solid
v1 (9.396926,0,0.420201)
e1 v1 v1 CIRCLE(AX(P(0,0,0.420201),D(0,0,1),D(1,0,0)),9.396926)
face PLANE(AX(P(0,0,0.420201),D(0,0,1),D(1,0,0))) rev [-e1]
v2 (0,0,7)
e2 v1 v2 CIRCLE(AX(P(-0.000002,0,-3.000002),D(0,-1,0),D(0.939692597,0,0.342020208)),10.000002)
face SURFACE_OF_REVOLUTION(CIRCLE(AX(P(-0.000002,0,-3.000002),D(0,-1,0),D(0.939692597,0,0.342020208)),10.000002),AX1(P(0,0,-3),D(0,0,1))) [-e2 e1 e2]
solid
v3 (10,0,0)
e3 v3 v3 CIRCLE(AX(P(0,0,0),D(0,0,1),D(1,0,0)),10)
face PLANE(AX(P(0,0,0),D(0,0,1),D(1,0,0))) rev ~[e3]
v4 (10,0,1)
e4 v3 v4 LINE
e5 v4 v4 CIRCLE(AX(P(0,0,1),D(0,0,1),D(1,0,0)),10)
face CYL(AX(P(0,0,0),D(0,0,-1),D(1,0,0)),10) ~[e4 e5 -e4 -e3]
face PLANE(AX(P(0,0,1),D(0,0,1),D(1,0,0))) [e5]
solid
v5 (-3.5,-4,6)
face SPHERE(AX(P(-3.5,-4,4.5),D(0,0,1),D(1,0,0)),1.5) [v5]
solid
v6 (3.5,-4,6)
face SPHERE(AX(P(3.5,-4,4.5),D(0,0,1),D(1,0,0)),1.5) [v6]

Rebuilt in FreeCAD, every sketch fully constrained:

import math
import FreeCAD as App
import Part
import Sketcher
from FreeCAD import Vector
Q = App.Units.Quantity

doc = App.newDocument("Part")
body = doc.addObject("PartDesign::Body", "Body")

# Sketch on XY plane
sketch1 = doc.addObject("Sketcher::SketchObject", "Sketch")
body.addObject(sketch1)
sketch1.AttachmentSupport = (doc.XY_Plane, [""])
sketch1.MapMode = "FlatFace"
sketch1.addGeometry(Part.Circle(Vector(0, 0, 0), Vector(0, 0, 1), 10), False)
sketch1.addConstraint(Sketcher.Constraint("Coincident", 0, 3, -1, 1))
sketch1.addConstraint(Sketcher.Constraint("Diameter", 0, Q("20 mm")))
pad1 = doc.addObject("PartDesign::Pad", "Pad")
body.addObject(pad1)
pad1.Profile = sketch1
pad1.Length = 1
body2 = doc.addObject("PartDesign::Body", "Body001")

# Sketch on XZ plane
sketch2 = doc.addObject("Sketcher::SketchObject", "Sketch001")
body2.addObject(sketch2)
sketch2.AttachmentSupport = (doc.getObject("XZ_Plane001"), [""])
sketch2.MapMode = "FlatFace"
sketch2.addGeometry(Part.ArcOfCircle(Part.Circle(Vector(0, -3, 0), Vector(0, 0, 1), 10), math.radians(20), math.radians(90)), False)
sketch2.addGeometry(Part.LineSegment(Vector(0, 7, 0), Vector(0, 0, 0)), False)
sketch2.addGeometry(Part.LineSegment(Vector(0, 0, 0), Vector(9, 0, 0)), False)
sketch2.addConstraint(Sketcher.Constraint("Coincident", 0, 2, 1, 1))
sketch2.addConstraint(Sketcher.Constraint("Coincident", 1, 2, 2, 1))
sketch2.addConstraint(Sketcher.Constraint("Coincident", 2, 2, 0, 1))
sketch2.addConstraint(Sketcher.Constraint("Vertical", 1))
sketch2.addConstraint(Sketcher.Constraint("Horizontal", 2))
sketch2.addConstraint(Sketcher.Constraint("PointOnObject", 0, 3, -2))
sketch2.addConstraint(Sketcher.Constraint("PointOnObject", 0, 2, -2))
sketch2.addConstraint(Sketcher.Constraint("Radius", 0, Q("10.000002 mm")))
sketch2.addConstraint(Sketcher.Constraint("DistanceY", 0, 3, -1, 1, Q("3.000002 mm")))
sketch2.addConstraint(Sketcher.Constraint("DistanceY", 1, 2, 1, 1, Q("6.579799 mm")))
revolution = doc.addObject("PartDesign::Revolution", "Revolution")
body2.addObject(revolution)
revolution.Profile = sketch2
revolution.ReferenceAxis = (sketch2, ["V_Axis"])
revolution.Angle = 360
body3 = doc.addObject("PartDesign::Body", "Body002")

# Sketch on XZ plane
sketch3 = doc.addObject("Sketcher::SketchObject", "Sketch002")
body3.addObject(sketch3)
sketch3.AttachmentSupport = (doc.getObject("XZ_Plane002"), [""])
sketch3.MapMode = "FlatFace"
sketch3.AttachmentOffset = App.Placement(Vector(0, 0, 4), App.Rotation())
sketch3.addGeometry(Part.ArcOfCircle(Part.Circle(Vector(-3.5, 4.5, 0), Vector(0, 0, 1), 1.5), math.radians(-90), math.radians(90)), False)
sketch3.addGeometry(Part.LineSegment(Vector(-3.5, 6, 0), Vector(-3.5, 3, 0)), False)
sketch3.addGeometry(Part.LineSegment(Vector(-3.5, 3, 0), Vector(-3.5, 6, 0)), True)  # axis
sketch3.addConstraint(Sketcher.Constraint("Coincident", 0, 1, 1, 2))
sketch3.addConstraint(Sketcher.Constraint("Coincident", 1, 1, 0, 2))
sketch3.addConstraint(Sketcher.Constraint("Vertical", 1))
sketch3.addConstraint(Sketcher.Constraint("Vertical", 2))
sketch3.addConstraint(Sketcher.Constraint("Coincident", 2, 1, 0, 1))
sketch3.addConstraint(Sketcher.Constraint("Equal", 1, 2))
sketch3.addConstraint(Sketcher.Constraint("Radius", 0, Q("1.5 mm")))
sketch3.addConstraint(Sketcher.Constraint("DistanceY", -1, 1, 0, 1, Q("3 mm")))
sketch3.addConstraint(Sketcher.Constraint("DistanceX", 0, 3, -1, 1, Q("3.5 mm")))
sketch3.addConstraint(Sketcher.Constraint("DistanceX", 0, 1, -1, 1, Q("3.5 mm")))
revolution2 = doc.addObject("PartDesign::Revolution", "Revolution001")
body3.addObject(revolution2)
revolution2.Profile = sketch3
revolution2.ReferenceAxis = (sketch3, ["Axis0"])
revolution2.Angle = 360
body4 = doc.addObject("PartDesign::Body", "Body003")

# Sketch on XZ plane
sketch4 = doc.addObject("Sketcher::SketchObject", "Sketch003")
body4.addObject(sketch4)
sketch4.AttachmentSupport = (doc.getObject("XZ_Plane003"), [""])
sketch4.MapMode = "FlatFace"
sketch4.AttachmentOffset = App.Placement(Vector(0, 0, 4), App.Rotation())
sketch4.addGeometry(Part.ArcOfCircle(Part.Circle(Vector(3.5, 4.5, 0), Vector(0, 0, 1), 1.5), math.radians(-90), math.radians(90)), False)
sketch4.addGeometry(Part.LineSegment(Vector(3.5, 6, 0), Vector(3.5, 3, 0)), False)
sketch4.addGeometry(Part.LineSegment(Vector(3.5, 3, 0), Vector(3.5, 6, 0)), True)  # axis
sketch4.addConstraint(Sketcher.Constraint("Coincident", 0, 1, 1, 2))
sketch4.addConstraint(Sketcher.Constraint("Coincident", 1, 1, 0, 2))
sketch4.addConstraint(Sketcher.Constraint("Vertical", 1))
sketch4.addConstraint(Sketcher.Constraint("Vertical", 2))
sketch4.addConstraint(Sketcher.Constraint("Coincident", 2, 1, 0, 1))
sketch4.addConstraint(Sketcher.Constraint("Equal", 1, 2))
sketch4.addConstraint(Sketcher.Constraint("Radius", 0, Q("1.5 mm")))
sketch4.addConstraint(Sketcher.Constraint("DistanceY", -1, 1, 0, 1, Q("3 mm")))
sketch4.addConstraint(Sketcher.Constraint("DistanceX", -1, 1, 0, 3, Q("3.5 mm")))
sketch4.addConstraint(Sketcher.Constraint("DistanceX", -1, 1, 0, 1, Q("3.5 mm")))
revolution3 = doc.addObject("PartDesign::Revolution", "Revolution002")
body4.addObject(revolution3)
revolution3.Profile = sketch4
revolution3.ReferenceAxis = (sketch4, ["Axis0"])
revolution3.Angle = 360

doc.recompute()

* * *

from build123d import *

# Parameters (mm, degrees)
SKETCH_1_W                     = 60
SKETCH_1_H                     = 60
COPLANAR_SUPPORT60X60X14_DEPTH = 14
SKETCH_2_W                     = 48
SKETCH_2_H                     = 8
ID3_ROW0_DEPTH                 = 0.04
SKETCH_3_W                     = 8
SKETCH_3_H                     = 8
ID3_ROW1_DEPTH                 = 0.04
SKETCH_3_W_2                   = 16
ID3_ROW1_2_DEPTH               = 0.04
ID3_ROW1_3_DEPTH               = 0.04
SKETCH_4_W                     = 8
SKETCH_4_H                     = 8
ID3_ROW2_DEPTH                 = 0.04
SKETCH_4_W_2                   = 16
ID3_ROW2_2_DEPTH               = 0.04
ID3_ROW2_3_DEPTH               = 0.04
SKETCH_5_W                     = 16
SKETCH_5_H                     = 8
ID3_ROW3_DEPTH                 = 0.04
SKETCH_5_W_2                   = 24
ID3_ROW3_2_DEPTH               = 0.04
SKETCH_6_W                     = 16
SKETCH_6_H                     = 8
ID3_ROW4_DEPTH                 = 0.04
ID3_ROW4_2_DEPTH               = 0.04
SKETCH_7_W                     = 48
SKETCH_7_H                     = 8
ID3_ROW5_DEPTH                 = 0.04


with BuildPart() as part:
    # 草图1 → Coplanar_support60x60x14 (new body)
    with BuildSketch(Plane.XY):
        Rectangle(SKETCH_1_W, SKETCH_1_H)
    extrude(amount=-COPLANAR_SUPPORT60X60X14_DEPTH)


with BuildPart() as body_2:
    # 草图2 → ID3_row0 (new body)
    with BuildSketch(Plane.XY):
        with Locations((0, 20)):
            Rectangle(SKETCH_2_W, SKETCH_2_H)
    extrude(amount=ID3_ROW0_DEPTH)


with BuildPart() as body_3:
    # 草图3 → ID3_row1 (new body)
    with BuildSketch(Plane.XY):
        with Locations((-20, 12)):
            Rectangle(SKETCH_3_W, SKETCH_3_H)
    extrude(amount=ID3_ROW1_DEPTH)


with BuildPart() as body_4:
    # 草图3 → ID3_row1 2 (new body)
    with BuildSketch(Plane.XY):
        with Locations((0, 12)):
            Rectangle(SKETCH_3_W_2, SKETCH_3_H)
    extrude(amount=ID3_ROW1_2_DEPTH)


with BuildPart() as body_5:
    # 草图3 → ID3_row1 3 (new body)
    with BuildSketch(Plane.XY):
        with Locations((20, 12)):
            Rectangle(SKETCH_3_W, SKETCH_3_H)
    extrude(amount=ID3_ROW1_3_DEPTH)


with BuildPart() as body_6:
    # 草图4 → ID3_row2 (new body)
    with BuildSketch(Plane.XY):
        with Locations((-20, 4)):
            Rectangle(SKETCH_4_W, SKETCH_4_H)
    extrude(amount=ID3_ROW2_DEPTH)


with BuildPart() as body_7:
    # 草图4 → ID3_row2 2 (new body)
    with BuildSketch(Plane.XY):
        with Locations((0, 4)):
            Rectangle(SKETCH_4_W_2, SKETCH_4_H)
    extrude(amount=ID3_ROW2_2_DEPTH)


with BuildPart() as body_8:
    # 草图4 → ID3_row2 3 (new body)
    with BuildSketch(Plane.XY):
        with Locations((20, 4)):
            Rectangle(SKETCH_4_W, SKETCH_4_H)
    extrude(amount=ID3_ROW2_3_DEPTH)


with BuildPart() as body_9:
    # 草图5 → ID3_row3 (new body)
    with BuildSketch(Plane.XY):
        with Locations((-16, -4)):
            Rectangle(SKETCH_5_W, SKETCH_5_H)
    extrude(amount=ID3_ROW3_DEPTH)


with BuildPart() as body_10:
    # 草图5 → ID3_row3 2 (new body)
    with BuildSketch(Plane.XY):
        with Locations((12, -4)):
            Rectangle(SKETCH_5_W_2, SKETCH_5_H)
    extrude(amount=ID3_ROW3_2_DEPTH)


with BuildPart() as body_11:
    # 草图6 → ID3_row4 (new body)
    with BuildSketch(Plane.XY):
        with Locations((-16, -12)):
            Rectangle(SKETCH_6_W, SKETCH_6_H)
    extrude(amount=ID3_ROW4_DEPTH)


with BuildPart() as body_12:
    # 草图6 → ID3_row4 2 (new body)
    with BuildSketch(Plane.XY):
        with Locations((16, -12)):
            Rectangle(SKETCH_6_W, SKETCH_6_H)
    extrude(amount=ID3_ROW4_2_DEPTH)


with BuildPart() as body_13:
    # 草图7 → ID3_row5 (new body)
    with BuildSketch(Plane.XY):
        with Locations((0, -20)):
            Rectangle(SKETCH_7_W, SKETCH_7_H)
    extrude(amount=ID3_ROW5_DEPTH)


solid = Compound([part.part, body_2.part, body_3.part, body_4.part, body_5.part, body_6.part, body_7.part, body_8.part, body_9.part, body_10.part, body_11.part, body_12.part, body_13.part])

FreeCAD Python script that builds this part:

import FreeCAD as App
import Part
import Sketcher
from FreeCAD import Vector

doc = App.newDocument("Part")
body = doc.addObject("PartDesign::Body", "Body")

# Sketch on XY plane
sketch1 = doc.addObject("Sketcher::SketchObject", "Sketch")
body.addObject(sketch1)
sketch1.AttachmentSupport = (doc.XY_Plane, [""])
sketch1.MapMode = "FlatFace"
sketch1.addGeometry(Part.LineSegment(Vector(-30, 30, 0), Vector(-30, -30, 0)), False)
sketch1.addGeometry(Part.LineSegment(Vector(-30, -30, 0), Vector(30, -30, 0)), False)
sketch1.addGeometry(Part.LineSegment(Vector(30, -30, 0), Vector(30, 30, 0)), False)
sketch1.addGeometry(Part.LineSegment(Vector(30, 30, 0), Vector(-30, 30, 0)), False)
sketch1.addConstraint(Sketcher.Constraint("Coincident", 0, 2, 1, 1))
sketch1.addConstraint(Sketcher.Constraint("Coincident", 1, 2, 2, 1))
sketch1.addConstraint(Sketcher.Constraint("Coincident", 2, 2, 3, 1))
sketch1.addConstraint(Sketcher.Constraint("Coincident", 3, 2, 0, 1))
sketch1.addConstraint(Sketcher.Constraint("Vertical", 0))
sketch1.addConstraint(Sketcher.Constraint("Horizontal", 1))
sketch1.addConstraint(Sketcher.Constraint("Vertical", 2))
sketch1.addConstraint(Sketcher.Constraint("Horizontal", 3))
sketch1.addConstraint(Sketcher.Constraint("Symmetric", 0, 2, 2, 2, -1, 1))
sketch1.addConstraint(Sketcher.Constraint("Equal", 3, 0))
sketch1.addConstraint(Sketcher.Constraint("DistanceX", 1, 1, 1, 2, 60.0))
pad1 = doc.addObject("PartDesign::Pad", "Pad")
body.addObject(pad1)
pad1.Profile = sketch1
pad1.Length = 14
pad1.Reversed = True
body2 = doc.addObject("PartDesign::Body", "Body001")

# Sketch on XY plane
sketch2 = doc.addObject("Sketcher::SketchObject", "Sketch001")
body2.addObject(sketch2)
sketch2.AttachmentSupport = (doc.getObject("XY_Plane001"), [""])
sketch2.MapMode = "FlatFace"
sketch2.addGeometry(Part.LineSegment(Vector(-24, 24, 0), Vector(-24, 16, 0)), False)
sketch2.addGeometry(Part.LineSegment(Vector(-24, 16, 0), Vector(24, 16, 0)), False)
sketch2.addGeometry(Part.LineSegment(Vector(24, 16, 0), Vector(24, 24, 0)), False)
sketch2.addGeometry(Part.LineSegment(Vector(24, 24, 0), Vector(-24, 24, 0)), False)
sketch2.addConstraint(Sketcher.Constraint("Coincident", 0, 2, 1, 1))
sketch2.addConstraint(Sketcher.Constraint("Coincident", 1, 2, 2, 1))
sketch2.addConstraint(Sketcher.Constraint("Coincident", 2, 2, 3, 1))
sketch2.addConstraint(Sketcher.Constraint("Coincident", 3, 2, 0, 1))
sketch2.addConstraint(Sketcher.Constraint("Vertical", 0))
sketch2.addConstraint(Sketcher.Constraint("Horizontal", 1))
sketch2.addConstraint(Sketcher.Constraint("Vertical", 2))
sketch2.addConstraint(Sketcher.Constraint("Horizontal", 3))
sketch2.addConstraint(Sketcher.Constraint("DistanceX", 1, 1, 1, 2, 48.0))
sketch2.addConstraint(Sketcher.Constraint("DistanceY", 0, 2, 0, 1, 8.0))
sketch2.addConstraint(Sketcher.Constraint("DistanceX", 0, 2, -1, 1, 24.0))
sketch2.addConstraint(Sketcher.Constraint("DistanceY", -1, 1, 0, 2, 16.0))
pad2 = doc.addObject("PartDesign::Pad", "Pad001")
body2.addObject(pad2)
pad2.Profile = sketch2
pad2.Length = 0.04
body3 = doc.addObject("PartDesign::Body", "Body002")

# ASSIGNED TASK
Above are the lines; repeat exactly the ones from the line containing "v3 (10,0,0)" down to the line containing "Rebuilt in FreeCAD, every", both inclusive.

# THE COMPLETED TASK
v3 (10,0,0)
e3 v3 v3 CIRCLE(AX(P(0,0,0),D(0,0,1),D(1,0,0)),10)
face PLANE(AX(P(0,0,0),D(0,0,1),D(1,0,0))) rev ~[e3]
v4 (10,0,1)
e4 v3 v4 LINE
e5 v4 v4 CIRCLE(AX(P(0,0,1),D(0,0,1),D(1,0,0)),10)
face CYL(AX(P(0,0,0),D(0,0,-1),D(1,0,0)),10) ~[e4 e5 -e4 -e3]
face PLANE(AX(P(0,0,1),D(0,0,1),D(1,0,0))) [e5]
solid
v5 (-3.5,-4,6)
face SPHERE(AX(P(-3.5,-4,4.5),D(0,0,1),D(1,0,0)),1.5) [v5]
solid
v6 (3.5,-4,6)
face SPHERE(AX(P(3.5,-4,4.5),D(0,0,1),D(1,0,0)),1.5) [v6]

Rebuilt in FreeCAD, every sketch fully constrained:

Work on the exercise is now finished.